Data items
• • • •
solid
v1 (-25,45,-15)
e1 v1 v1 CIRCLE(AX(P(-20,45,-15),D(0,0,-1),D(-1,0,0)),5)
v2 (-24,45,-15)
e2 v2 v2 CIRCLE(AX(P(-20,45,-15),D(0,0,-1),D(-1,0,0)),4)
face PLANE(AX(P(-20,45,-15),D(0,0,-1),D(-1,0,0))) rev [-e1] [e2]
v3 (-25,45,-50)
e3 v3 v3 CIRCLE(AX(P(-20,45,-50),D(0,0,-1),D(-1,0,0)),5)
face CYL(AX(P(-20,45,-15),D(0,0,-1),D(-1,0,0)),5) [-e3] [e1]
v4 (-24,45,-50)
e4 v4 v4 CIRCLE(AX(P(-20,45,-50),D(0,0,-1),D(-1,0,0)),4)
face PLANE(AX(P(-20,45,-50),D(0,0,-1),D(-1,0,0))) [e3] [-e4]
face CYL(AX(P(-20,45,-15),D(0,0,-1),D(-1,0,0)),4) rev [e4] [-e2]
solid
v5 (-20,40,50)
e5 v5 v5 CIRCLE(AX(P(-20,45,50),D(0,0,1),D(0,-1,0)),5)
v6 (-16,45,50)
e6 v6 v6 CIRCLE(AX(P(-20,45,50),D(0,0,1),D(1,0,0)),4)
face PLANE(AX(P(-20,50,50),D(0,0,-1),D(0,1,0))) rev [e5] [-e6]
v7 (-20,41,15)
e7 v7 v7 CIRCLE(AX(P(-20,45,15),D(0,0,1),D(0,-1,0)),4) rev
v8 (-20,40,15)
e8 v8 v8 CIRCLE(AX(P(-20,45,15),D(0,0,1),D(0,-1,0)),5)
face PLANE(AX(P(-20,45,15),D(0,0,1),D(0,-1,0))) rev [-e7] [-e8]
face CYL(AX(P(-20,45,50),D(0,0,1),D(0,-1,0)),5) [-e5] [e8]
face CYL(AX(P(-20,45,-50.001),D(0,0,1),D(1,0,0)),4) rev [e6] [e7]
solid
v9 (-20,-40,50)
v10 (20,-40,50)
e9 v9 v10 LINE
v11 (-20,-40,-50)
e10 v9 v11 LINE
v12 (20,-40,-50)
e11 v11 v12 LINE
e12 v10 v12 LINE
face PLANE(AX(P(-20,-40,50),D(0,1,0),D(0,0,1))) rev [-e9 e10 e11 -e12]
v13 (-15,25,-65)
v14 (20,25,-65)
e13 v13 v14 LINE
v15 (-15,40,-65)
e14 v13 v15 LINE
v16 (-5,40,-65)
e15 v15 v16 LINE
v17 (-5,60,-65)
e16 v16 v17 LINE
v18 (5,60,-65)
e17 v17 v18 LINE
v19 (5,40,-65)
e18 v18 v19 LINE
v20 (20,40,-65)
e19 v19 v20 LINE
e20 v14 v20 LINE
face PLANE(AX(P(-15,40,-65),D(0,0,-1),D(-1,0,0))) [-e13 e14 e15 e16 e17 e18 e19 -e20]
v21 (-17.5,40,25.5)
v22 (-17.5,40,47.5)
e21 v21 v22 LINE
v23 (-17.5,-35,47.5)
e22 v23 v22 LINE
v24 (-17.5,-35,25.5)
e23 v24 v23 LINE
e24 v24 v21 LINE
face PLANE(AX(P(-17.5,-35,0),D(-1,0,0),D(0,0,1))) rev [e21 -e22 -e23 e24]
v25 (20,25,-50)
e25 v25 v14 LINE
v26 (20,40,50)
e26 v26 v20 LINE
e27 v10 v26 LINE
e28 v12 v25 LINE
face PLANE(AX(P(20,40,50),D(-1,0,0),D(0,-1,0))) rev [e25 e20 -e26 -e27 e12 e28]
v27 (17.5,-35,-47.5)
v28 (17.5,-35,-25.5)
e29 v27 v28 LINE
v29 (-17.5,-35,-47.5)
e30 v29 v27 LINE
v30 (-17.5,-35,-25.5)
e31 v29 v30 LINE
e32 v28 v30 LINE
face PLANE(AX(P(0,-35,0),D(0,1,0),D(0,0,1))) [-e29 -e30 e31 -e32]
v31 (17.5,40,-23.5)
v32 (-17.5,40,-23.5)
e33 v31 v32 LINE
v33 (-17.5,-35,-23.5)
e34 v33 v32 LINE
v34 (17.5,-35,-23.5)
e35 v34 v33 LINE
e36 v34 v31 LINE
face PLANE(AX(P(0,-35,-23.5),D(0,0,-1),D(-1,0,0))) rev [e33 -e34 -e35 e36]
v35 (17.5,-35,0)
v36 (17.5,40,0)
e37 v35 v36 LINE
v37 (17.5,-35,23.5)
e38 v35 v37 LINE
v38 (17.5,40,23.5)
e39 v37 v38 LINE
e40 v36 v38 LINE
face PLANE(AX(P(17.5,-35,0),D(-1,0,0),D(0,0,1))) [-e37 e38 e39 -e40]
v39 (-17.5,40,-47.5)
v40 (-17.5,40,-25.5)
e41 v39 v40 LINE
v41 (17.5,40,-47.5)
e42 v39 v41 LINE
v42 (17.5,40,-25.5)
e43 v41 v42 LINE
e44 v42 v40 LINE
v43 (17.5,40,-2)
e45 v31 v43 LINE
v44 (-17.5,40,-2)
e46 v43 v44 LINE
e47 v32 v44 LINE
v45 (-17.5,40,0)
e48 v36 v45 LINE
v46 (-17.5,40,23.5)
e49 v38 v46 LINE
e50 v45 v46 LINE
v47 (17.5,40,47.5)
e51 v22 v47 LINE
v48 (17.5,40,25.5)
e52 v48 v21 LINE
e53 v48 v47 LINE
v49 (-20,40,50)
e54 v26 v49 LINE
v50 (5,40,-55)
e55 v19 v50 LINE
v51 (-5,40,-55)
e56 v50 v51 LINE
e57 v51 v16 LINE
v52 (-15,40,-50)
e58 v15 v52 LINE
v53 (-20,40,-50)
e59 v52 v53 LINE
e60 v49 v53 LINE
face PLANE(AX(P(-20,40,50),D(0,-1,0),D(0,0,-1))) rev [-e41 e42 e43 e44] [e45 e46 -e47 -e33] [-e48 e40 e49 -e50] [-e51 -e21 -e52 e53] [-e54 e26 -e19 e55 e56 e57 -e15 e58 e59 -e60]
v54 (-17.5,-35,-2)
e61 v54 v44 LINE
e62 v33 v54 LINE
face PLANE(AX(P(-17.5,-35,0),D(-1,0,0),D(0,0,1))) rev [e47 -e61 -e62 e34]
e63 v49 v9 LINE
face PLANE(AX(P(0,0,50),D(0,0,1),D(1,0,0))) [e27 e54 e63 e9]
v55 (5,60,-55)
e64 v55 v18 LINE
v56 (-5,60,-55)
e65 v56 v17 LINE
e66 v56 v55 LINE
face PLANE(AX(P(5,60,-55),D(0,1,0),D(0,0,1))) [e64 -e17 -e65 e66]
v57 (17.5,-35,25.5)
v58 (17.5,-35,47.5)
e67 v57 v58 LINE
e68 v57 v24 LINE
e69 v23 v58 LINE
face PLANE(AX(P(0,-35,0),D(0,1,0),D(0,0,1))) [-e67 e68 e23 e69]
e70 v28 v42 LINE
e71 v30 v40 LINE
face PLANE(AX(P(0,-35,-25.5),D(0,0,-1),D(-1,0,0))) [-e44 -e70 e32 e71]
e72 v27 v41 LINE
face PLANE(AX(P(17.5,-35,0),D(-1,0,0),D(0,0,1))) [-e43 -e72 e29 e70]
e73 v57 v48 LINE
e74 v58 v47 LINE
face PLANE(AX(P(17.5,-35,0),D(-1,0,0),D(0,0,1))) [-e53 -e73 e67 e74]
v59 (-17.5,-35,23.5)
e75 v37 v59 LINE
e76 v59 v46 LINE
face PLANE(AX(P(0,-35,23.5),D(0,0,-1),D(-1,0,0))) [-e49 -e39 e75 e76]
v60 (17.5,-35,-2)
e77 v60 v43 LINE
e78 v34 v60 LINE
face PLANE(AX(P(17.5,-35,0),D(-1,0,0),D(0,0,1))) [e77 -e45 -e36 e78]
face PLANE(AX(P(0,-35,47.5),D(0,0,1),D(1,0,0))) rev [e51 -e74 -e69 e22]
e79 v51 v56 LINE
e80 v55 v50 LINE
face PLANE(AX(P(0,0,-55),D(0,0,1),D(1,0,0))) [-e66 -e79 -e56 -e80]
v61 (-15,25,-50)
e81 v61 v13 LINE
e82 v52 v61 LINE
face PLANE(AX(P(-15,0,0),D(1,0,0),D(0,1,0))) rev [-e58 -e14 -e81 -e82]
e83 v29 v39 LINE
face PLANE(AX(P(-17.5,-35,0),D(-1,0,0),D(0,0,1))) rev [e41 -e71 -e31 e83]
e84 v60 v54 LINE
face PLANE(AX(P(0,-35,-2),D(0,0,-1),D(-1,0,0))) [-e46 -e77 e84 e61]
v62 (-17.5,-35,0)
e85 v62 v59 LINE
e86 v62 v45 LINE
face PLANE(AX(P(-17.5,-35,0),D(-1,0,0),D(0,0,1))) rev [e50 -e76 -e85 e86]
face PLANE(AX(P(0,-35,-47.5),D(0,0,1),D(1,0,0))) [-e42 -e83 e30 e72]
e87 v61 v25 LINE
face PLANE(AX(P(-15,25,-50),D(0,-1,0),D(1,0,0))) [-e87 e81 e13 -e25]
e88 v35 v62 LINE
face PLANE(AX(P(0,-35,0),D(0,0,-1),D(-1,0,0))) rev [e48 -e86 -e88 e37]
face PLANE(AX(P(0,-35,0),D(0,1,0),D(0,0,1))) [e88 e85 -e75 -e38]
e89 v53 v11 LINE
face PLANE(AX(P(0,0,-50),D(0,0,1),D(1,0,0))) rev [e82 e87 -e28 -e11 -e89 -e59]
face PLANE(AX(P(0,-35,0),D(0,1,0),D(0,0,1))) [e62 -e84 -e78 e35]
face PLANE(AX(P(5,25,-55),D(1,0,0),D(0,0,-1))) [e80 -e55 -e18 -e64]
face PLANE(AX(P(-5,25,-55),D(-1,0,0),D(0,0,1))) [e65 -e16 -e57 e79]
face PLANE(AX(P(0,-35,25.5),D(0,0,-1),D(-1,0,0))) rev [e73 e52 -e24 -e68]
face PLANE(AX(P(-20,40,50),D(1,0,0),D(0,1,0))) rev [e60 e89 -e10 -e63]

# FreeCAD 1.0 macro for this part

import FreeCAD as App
import Part
import Sketcher

V = App.Vector

doc = App.newDocument("Part")
body = doc.addObject("PartDesign::Body", "Body")

sketch1 = body.newObject("Sketcher::SketchObject", "Sketch")
sketch1.AttachmentSupport = (doc.getObject("XY_Plane"), [""])
sketch1.MapMode = "FlatFace"
sketch1.addGeometry(Part.LineSegment(V(-20, 40, 0), V(-20, -40, 0)), False)
sketch1.addGeometry(Part.LineSegment(V(-20, -40, 0), V(20, -40, 0)), False)
sketch1.addGeometry(Part.LineSegment(V(20, -40, 0), V(20, 40, 0)), False)
sketch1.addGeometry(Part.LineSegment(V(20, 40, 0), V(-20, 40, 0)), False)
sketch1.addConstraint(Sketcher.Constraint("Coincident", 0, 2, 1, 1))
sketch1.addConstraint(Sketcher.Constraint("Coincident", 1, 2, 2, 1))
sketch1.addConstraint(Sketcher.Constraint("Coincident", 2, 2, 3, 1))
sketch1.addConstraint(Sketcher.Constraint("Coincident", 3, 2, 0, 1))
sketch1.addConstraint(Sketcher.Constraint("Vertical", 0))
sketch1.addConstraint(Sketcher.Constraint("Horizontal", 1))
sketch1.addConstraint(Sketcher.Constraint("Vertical", 2))
sketch1.addConstraint(Sketcher.Constraint("Horizontal", 3))
sketch1.addConstraint(Sketcher.Constraint("Symmetric", 0, 2, 2, 2, -1, 1))
sketch1.addConstraint(Sketcher.Constraint("DistanceX", 1, 1, 1, 2, 40.0))
sketch1.addConstraint(Sketcher.Constraint("DistanceY", 0, 2, 0, 1, 80.0))
pad1 = body.newObject("PartDesign::Pad", "Pad")
pad1.Profile = sketch1
pad1.Length = 100
pad1.Midplane = True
• • • •
§ **Problem details**
Wherever the line holding "v15 (-15,40,-65)" falls in the entries above, copy exactly from it through the line holding "v27 (17.5,-35,-47.5)", inclusive, and add nothing.

§ **Result of this exercise**
v15 (-15,40,-65)
e14 v13 v15 LINE
v16 (-5,40,-65)
e15 v15 v16 LINE
v17 (-5,60,-65)
e16 v16 v17 LINE
v18 (5,60,-65)
e17 v17 v18 LINE
v19 (5,40,-65)
e18 v18 v19 LINE
v20 (20,40,-65)
e19 v19 v20 LINE
e20 v14 v20 LINE
face PLANE(AX(P(-15,40,-65),D(0,0,-1),D(-1,0,0))) [-e13 e14 e15 e16 e17 e18 e19 -e20]
v21 (-17.5,40,25.5)
v22 (-17.5,40,47.5)
e21 v21 v22 LINE
v23 (-17.5,-35,47.5)
e22 v23 v22 LINE
v24 (-17.5,-35,25.5)
e23 v24 v23 LINE
e24 v24 v21 LINE
face PLANE(AX(P(-17.5,-35,0),D(-1,0,0),D(0,0,1))) rev [e21 -e22 -e23 e24]
v25 (20,25,-50)
e25 v25 v14 LINE
v26 (20,40,50)
e26 v26 v20 LINE
e27 v10 v26 LINE
e28 v12 v25 LINE
face PLANE(AX(P(20,40,50),D(-1,0,0),D(0,-1,0))) rev [e25 e20 -e26 -e27 e12 e28]
v27 (17.5,-35,-47.5)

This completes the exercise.